ASSIGNMENT:
Of the entries below, return only those lines from the line with "v16 (17.860787,1,-4.213037)" to the line with "Rebuilt in FreeCAD, every", exactly, both included.

Collected data entries
[Start of Attachment]
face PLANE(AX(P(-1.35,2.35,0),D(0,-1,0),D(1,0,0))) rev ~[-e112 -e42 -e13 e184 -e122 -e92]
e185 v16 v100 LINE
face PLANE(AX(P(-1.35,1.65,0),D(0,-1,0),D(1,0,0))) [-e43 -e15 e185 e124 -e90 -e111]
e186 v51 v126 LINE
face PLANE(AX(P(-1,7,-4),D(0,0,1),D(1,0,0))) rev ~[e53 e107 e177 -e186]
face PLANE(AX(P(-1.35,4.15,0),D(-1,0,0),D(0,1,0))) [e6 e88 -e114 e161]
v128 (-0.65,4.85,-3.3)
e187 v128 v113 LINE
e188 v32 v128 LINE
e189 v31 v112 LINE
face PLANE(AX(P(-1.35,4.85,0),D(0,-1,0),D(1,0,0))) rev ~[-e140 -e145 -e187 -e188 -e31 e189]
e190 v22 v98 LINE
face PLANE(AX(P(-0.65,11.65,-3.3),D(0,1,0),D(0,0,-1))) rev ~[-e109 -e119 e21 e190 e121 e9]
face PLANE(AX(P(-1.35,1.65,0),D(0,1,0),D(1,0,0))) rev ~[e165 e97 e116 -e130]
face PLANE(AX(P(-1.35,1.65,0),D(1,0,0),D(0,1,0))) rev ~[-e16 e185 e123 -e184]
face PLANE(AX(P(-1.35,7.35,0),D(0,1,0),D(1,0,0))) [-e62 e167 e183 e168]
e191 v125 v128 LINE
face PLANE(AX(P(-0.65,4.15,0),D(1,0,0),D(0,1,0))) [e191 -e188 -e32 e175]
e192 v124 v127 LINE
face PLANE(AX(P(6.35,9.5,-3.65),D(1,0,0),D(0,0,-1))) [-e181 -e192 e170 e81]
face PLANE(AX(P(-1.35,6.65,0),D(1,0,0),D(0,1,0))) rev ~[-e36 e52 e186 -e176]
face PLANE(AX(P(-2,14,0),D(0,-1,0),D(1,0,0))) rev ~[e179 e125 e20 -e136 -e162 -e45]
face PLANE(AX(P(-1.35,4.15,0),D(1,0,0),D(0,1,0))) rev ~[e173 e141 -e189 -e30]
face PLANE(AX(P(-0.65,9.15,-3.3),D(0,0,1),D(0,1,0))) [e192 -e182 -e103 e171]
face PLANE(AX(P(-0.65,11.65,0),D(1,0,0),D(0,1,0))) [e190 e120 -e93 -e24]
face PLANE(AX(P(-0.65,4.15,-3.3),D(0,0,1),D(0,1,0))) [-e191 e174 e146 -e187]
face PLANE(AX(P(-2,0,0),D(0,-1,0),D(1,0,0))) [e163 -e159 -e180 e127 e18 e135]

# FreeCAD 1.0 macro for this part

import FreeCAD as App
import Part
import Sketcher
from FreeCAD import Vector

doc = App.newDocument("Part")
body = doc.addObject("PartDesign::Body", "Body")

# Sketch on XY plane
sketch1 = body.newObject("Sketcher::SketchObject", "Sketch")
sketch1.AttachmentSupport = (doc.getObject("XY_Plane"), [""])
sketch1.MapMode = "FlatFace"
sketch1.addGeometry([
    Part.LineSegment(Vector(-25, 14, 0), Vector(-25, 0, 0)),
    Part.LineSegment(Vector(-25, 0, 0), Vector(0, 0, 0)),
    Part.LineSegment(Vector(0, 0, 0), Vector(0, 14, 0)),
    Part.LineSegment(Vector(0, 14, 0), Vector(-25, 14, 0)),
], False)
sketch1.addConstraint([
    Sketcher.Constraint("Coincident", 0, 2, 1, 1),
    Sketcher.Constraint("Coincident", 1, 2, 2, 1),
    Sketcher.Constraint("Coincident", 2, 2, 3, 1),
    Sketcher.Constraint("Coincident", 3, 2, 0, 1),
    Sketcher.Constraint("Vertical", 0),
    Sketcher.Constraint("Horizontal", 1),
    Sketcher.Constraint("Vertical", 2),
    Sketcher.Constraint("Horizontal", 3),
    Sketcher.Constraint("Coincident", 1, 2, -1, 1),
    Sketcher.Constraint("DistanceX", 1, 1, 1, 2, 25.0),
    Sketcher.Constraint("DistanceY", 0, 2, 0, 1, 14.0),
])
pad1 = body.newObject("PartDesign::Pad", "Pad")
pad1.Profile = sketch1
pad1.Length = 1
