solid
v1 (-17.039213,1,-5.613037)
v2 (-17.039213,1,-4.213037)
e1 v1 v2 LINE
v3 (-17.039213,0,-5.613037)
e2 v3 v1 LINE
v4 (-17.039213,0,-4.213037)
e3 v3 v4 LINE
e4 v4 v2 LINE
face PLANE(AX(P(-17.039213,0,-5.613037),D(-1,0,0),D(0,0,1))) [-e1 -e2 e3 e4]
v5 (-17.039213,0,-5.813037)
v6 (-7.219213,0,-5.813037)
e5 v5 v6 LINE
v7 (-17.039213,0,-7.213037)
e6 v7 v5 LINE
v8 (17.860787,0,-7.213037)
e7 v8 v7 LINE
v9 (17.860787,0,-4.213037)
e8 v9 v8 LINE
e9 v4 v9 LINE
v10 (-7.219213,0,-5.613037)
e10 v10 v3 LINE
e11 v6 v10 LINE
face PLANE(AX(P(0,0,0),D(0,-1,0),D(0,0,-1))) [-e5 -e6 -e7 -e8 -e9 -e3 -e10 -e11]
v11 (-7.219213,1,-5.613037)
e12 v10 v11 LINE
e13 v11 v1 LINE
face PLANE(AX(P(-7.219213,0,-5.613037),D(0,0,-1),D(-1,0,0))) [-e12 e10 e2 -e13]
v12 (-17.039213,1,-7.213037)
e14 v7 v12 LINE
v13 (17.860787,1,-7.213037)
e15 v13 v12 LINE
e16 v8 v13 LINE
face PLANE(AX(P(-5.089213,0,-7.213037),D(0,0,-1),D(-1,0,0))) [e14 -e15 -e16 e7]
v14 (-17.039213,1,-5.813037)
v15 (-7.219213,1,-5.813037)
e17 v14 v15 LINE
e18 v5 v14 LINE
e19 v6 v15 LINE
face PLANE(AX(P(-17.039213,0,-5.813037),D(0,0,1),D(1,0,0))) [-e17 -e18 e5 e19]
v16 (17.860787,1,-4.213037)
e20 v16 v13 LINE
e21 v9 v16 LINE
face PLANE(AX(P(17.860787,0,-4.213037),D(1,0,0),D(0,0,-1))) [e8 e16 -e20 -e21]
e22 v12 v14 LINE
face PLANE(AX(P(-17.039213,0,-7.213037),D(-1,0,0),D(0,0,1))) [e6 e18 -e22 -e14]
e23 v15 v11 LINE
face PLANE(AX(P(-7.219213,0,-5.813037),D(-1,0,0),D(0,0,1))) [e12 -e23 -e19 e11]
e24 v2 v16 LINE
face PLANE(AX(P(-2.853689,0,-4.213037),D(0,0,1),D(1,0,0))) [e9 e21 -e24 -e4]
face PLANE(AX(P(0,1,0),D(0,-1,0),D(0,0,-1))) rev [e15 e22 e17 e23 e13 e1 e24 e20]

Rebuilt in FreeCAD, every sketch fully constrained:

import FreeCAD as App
import Part
import Sketcher

V = App.Vector
Q = App.Units.Quantity

doc = App.newDocument("Part")
body = doc.addObject("PartDesign::Body", "Body")

# Sketch on XZ plane
sketch1 = body.newObject("Sketcher::SketchObject", "Sketch")
sketch1.AttachmentSupport = (doc.getObject("XZ_Plane"), [""])
sketch1.MapMode = "FlatFace"
sketch1.AttachmentOffset = App.Placement(V(0, 0, -1), App.Rotation())
sketch1.addGeometry([
    Part.LineSegment(V(-7.219213, -5.813037, 0), V(-7.219213, -5.613037, 0)),  # 0
    Part.LineSegment(V(-7.219213, -5.613037, 0), V(-17.039213, -5.613037, 0)),  # 1
    Part.LineSegment(V(-17.039213, -5.613037, 0), V(-17.039213, -4.213037, 0)),  # 2
    Part.LineSegment(V(-17.039213, -4.213037, 0), V(17.860787, -4.213037, 0)),  # 3
    Part.LineSegment(V(17.860787, -4.213037, 0), V(17.860787, -7.213037, 0)),  # 4
    Part.LineSegment(V(17.860787, -7.213037, 0), V(-17.039213, -7.213037, 0)),  # 5
    Part.LineSegment(V(-17.039213, -7.213037, 0), V(-17.039213, -5.813037, 0)),  # 6
    Part.LineSegment(V(-17.039213, -5.813037, 0), V(-7.219213, -5.813037, 0)),  # 7
], False)
sketch1.addConstraint([
    Sketcher.Constraint("Coincident", 0, 2, 1, 1),
    Sketcher.Constraint("Coincident", 1, 2, 2, 1),
    Sketcher.Constraint("Coincident", 2, 2, 3, 1),
    Sketcher.Constraint("Coincident", 3, 2, 4, 1),
    Sketcher.Constraint("Coincident", 4, 2, 5, 1),
    Sketcher.Constraint("Coincident", 5, 2, 6, 1),
    Sketcher.Constraint("Coincident", 6, 2, 7, 1),
    Sketcher.Constraint("Coincident", 7, 2, 0, 1),
    Sketcher.Constraint("Vertical", 0),
    Sketcher.Constraint("Horizontal", 1),
    Sketcher.Constraint("Vertical", 2),
    Sketcher.Constraint("Horizontal", 3),
    Sketcher.Constraint("Vertical", 4),
    Sketcher.Constraint("Horizontal", 5),
    Sketcher.Constraint("Vertical", 6),
    Sketcher.Constraint("Horizontal", 7),
    Sketcher.Constraint("Vertical", 2, 2, 5, 2),
    Sketcher.Constraint("Equal", 2, 6),
    Sketcher.Constraint("DistanceY", 4, 2, 4, 1, Q("3 mm")),
    Sketcher.Constraint("DistanceX", 3, 1, 3, 2, Q("34.9 mm")),
    Sketcher.Constraint("DistanceY", 0, 1, 0, 2, Q("0.2 mm")),
    Sketcher.Constraint("DistanceX", 1, 2, 1, 1, Q("9.82 mm")),
    Sketcher.Constraint("DistanceX", 0, 2, -1, 1, Q("7.219213 mm")),
    Sketcher.Constraint("DistanceY", 0, 2, -1, 1, Q("5.613037 mm")),
])
pad1 = body.newObject("PartDesign::Pad", "Pad")
pad1.Profile = sketch1
pad1.Length = 1

doc.recompute()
[End of Attachment]
RESPONSE FOR THIS EXERCISE:
v16 (17.860787,1,-4.213037)
e20 v16 v13 LINE
e21 v9 v16 LINE
face PLANE(AX(P(17.860787,0,-4.213037),D(1,0,0),D(0,0,-1))) [e8 e16 -e20 -e21]
e22 v12 v14 LINE
face PLANE(AX(P(-17.039213,0,-7.213037),D(-1,0,0),D(0,0,1))) [e6 e18 -e22 -e14]
e23 v15 v11 LINE
face PLANE(AX(P(-7.219213,0,-5.813037),D(-1,0,0),D(0,0,1))) [e12 -e23 -e19 e11]
e24 v2 v16 LINE
face PLANE(AX(P(-2.853689,0,-4.213037),D(0,0,1),D(1,0,0))) [e9 e21 -e24 -e4]
face PLANE(AX(P(0,1,0),D(0,-1,0),D(0,0,-1))) rev [e15 e22 e17 e23 e13 e1 e24 e20]

Rebuilt in FreeCAD, every sketch fully constrained:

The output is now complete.